Wer im Krankenhaus Karriere machen will, braucht neben fachlichen Qualifikationen auch andere Fähigkeiten. Michal Tomczyk, Chefarzt der Frauenklinik am Städtischen Klinikum Görlitz, berichtet über seine Erfahrungen auf dem Weg nach oben.
Herr Tomczyk, was braucht es neben der fachlichen Leistung, um Chefarzt zu werden?
Michal Tomczyk: Neben fachlicher Expertise sind Verhandlungsgeschick und strategisches Denken essenziell, um eine Abteilung erfolgreich zu führen. Ebenso wichtig ist Sozialkompetenz, um ein starkes, gut harmonierendes Team aufzubauen und die Zusammenarbeit im Klinikalltag zu fördern.
Wie gelingt Ihnen der Spagat zwischen Medizin und Management?
Michal Tomczyk: Die Organisation des eigenen Arbeitstags ist entscheidend. Ich lege großen Wert darauf, klare Prioritäten zu setzen.

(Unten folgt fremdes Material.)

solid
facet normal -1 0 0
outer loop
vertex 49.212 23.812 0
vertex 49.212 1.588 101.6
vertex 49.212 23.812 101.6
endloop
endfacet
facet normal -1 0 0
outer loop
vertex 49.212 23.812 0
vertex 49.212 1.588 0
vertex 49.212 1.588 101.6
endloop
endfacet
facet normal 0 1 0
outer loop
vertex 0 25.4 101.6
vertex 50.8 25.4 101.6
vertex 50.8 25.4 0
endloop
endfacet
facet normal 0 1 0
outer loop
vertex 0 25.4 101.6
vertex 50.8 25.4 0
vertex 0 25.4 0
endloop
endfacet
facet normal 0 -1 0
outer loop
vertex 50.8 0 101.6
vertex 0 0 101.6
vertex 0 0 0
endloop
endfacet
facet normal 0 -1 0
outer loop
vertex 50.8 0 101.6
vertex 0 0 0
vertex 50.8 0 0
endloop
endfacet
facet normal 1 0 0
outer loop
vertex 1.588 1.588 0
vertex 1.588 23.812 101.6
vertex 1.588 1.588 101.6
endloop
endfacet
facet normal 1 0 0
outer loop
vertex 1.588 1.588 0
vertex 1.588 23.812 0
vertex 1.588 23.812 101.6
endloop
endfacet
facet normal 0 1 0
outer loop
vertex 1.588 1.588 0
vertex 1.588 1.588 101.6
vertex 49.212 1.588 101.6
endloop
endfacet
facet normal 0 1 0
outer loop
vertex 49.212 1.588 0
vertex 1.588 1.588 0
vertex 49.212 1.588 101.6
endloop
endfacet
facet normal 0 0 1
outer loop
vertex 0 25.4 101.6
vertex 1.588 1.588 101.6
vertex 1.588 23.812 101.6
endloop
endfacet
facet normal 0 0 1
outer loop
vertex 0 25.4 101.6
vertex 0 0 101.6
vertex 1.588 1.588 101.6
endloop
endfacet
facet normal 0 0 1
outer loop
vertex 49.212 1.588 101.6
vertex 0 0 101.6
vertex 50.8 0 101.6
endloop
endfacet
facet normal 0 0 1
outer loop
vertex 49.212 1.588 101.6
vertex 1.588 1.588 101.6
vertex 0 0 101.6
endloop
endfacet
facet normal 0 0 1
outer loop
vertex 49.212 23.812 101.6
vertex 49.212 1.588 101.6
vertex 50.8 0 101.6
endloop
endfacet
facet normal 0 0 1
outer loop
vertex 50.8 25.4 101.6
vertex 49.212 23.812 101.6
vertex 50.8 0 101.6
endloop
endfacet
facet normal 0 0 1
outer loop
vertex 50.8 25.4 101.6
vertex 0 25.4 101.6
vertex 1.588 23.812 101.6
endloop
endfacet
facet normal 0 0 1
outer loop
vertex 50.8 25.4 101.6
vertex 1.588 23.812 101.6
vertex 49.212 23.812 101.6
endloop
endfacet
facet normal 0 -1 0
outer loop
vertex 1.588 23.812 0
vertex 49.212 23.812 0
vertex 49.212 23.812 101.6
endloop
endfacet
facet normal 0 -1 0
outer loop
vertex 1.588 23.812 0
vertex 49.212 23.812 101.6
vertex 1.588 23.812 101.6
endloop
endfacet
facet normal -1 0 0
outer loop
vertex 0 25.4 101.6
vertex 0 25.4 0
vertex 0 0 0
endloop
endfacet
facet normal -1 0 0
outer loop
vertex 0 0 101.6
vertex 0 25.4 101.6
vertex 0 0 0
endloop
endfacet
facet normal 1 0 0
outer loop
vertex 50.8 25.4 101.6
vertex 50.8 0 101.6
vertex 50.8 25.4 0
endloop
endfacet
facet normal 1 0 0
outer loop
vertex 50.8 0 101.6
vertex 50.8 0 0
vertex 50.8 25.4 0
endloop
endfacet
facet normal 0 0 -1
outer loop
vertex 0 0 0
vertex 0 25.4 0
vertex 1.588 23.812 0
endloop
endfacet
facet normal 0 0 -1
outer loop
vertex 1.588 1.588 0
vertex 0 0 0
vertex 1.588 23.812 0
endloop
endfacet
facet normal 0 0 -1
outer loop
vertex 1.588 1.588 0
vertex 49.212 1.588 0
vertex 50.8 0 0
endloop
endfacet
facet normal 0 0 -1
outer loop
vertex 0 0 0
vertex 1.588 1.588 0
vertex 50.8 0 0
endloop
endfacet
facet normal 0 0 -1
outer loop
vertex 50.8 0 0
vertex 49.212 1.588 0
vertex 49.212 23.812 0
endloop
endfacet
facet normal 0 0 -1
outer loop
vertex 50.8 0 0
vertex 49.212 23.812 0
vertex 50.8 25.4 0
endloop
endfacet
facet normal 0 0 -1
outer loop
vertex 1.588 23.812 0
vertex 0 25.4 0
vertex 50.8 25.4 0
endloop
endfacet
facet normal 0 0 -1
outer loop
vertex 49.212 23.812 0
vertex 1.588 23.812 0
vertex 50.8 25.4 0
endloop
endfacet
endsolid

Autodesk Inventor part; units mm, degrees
ref_plane "YZ Plane" through (0, 0, 0) normal (1, 0, 0) x (0, 1, 0)
ref_plane "XZ Plane" through (0, 0, 0) normal (0, 1, 0) x (-1, 0, 0)
ref_plane "XY Plane" through (0, 0, 0) normal (0, 0, 1) x (1, 0, 0)
sketch "Sketch1" plane through (0, 0, 0) normal (0, 0, 1) x (1, 0, 0)
  line L0 (0, 0) -> (50.8, 0)
  line L1 (50.8, 0) -> (50.8, 25.4)
  line L2 (50.8, 25.4) -> (0, 25.4)
  line L3 (0, 25.4) -> (0, 0)
  dimension "d0" = 50.8
  dimension "d1" = 25.4
extrude "Extrusion1" add sketch "Sketch1" along normal blind 101.6
shell "Shell1" thickness 1.5875 removed faces 2 at (16.9333, 8.4667, 0) at (16.9333, 8.4667, 101.6)
equation "\"d2\" = Length"
equation "\"Length\" = 101.6"
properties part number "standoff option1"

Das hilft mir, für die Patientenversorgung sowie die strategischen und administrativen Aufgaben Zeit zu haben.
Was ist für Sie als Chefarzt die größte, nichtfachliche Herausforderung im Klinikalltag?
Michal Tomczyk: Das ist sicherlich das Konfliktmanagement. Es geht darum, Spannungen im Team konstruktiv zu lösen und eine offene Kommunikation zu fördern. Herausfordernd ist zudem Balance zu halten zwischen der Sicherstellung medizinischer Qualität und den wirtschaftlichen Anforderungen, die heutzutage an jede Klinik gestellt werden.
Warum interessieren sich immer weniger Ärztinnen und Ärzte für eine Karriere im Krankenhaus?
Michal Tomczyk: Viele Kolleginnen und Kollegen empfinden es als schwierig, im Alltag eine gute Work-Life-Balance zu finden, insbesondere, wenn Dienste und lange Arbeitszeiten hinzukommen.
Was raten Sie jungen Ärztinnen und Ärzten, die nach oben wollen?
Michal Tomczyk: Sie sollten sich zunächst auf ihre fachliche und persönliche Weiterentwicklung konzentrieren. Meist ergibt sich der Weg zu einer leitenden Position dann, durch Engagement, Reifung und Verantwortungsübernahme. Wer von Beginn an nur auf eine Chefarztposition hinarbeitet, läuft Gefahr, die Basis seiner Tätigkeit aus den Augen zu verlieren.